> [Data extracts]
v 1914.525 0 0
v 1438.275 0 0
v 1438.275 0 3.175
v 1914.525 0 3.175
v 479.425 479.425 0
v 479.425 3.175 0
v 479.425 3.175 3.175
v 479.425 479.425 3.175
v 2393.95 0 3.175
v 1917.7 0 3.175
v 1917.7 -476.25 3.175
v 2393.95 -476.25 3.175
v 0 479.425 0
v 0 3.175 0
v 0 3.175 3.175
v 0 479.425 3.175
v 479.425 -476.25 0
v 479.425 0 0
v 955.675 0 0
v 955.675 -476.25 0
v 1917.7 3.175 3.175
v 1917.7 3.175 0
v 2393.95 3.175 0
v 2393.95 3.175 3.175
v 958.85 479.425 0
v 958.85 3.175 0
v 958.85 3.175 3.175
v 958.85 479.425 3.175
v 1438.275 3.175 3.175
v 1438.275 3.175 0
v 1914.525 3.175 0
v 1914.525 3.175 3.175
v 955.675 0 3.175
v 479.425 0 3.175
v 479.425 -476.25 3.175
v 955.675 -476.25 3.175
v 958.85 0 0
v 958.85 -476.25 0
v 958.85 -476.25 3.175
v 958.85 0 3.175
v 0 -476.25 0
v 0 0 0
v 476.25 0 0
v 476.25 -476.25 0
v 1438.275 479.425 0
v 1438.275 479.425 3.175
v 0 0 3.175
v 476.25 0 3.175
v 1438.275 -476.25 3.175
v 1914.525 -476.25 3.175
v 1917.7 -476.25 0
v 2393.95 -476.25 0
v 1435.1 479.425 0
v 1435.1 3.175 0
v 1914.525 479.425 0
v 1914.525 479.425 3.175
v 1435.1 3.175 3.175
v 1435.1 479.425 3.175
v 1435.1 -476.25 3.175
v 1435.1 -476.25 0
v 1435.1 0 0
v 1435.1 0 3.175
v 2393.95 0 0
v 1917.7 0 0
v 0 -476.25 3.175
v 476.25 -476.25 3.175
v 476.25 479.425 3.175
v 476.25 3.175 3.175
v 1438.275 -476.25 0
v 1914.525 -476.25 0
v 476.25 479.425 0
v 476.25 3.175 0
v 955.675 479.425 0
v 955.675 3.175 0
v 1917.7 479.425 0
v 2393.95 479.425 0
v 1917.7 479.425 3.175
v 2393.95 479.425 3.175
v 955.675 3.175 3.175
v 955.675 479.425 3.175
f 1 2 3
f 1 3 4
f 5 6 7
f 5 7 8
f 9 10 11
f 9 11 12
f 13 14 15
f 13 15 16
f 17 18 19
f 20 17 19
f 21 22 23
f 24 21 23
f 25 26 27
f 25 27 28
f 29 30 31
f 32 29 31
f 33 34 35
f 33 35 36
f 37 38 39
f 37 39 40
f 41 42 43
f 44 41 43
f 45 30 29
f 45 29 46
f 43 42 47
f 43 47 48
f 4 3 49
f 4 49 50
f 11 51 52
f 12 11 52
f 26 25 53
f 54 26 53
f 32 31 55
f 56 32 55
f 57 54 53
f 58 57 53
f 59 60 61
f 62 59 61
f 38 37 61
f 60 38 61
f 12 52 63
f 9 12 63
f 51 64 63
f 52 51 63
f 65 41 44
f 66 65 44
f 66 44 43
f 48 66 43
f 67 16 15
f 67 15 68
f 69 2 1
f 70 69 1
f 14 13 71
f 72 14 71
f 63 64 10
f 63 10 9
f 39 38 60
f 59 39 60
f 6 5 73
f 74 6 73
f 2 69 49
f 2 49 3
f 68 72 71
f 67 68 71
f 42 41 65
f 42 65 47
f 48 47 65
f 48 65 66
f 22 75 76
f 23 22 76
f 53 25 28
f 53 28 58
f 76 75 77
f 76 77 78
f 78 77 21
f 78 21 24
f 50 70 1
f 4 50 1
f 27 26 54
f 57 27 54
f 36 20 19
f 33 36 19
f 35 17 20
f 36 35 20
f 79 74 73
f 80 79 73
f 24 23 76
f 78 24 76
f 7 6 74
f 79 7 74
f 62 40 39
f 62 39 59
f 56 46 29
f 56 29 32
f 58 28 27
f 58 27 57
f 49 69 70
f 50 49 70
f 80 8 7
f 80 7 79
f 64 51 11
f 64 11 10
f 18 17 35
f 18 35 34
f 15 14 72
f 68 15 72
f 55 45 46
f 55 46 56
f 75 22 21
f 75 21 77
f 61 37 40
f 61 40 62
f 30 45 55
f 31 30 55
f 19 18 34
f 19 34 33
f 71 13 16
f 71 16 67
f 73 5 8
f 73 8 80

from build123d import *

# Parameters (mm, degrees)
F0_W     = 476.25
F0_H     = 476.25
F1_DEPTH = 3.175


with BuildPart() as f1:
    # F0 (on Top) → F1 (new body)
    with BuildSketch(Plane.XY):
        with Locations((238.125, -238.125)):
            Rectangle(F0_W, F0_H)
        with Locations((238.125, 241.3)):
            Rectangle(F0_W, F0_H)
        with Locations((717.55, -238.125)):
            Rectangle(F0_W, F0_H)
        with Locations((717.55, 241.3)):
            Rectangle(F0_W, F0_H)
        with Locations((1196.975, -238.125)):
            Rectangle(F0_W, F0_H)
        with Locations((1196.975, 241.3)):
            Rectangle(F0_W, F0_H)
        with Locations((1676.4, -238.125)):
            Rectangle(F0_W, F0_H)
        with Locations((1676.4, 241.3)):
            Rectangle(F0_W, F0_H)
        with Locations((2155.825, -238.125)):
            Rectangle(F0_W, F0_H)
        with Locations((2155.825, 241.3)):
            Rectangle(F0_W, F0_H)
    extrude(amount=F1_DEPTH)


solid = f1.part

> [Task objective]
Only the lines from the first line of the records through the line with "v 1438.275 3.175 3.175" should be reproduced, exactly and with nothing added.

> [Task response]
v 1914.525 0 0
v 1438.275 0 0
v 1438.275 0 3.175
v 1914.525 0 3.175
v 479.425 479.425 0
v 479.425 3.175 0
v 479.425 3.175 3.175
v 479.425 479.425 3.175
v 2393.95 0 3.175
v 1917.7 0 3.175
v 1917.7 -476.25 3.175
v 2393.95 -476.25 3.175
v 0 479.425 0
v 0 3.175 0
v 0 3.175 3.175
v 0 479.425 3.175
v 479.425 -476.25 0
v 479.425 0 0
v 955.675 0 0
v 955.675 -476.25 0
v 1917.7 3.175 3.175
v 1917.7 3.175 0
v 2393.95 3.175 0
v 2393.95 3.175 3.175
v 958.85 479.425 0
v 958.85 3.175 0
v 958.85 3.175 3.175
v 958.85 479.425 3.175
v 1438.275 3.175 3.175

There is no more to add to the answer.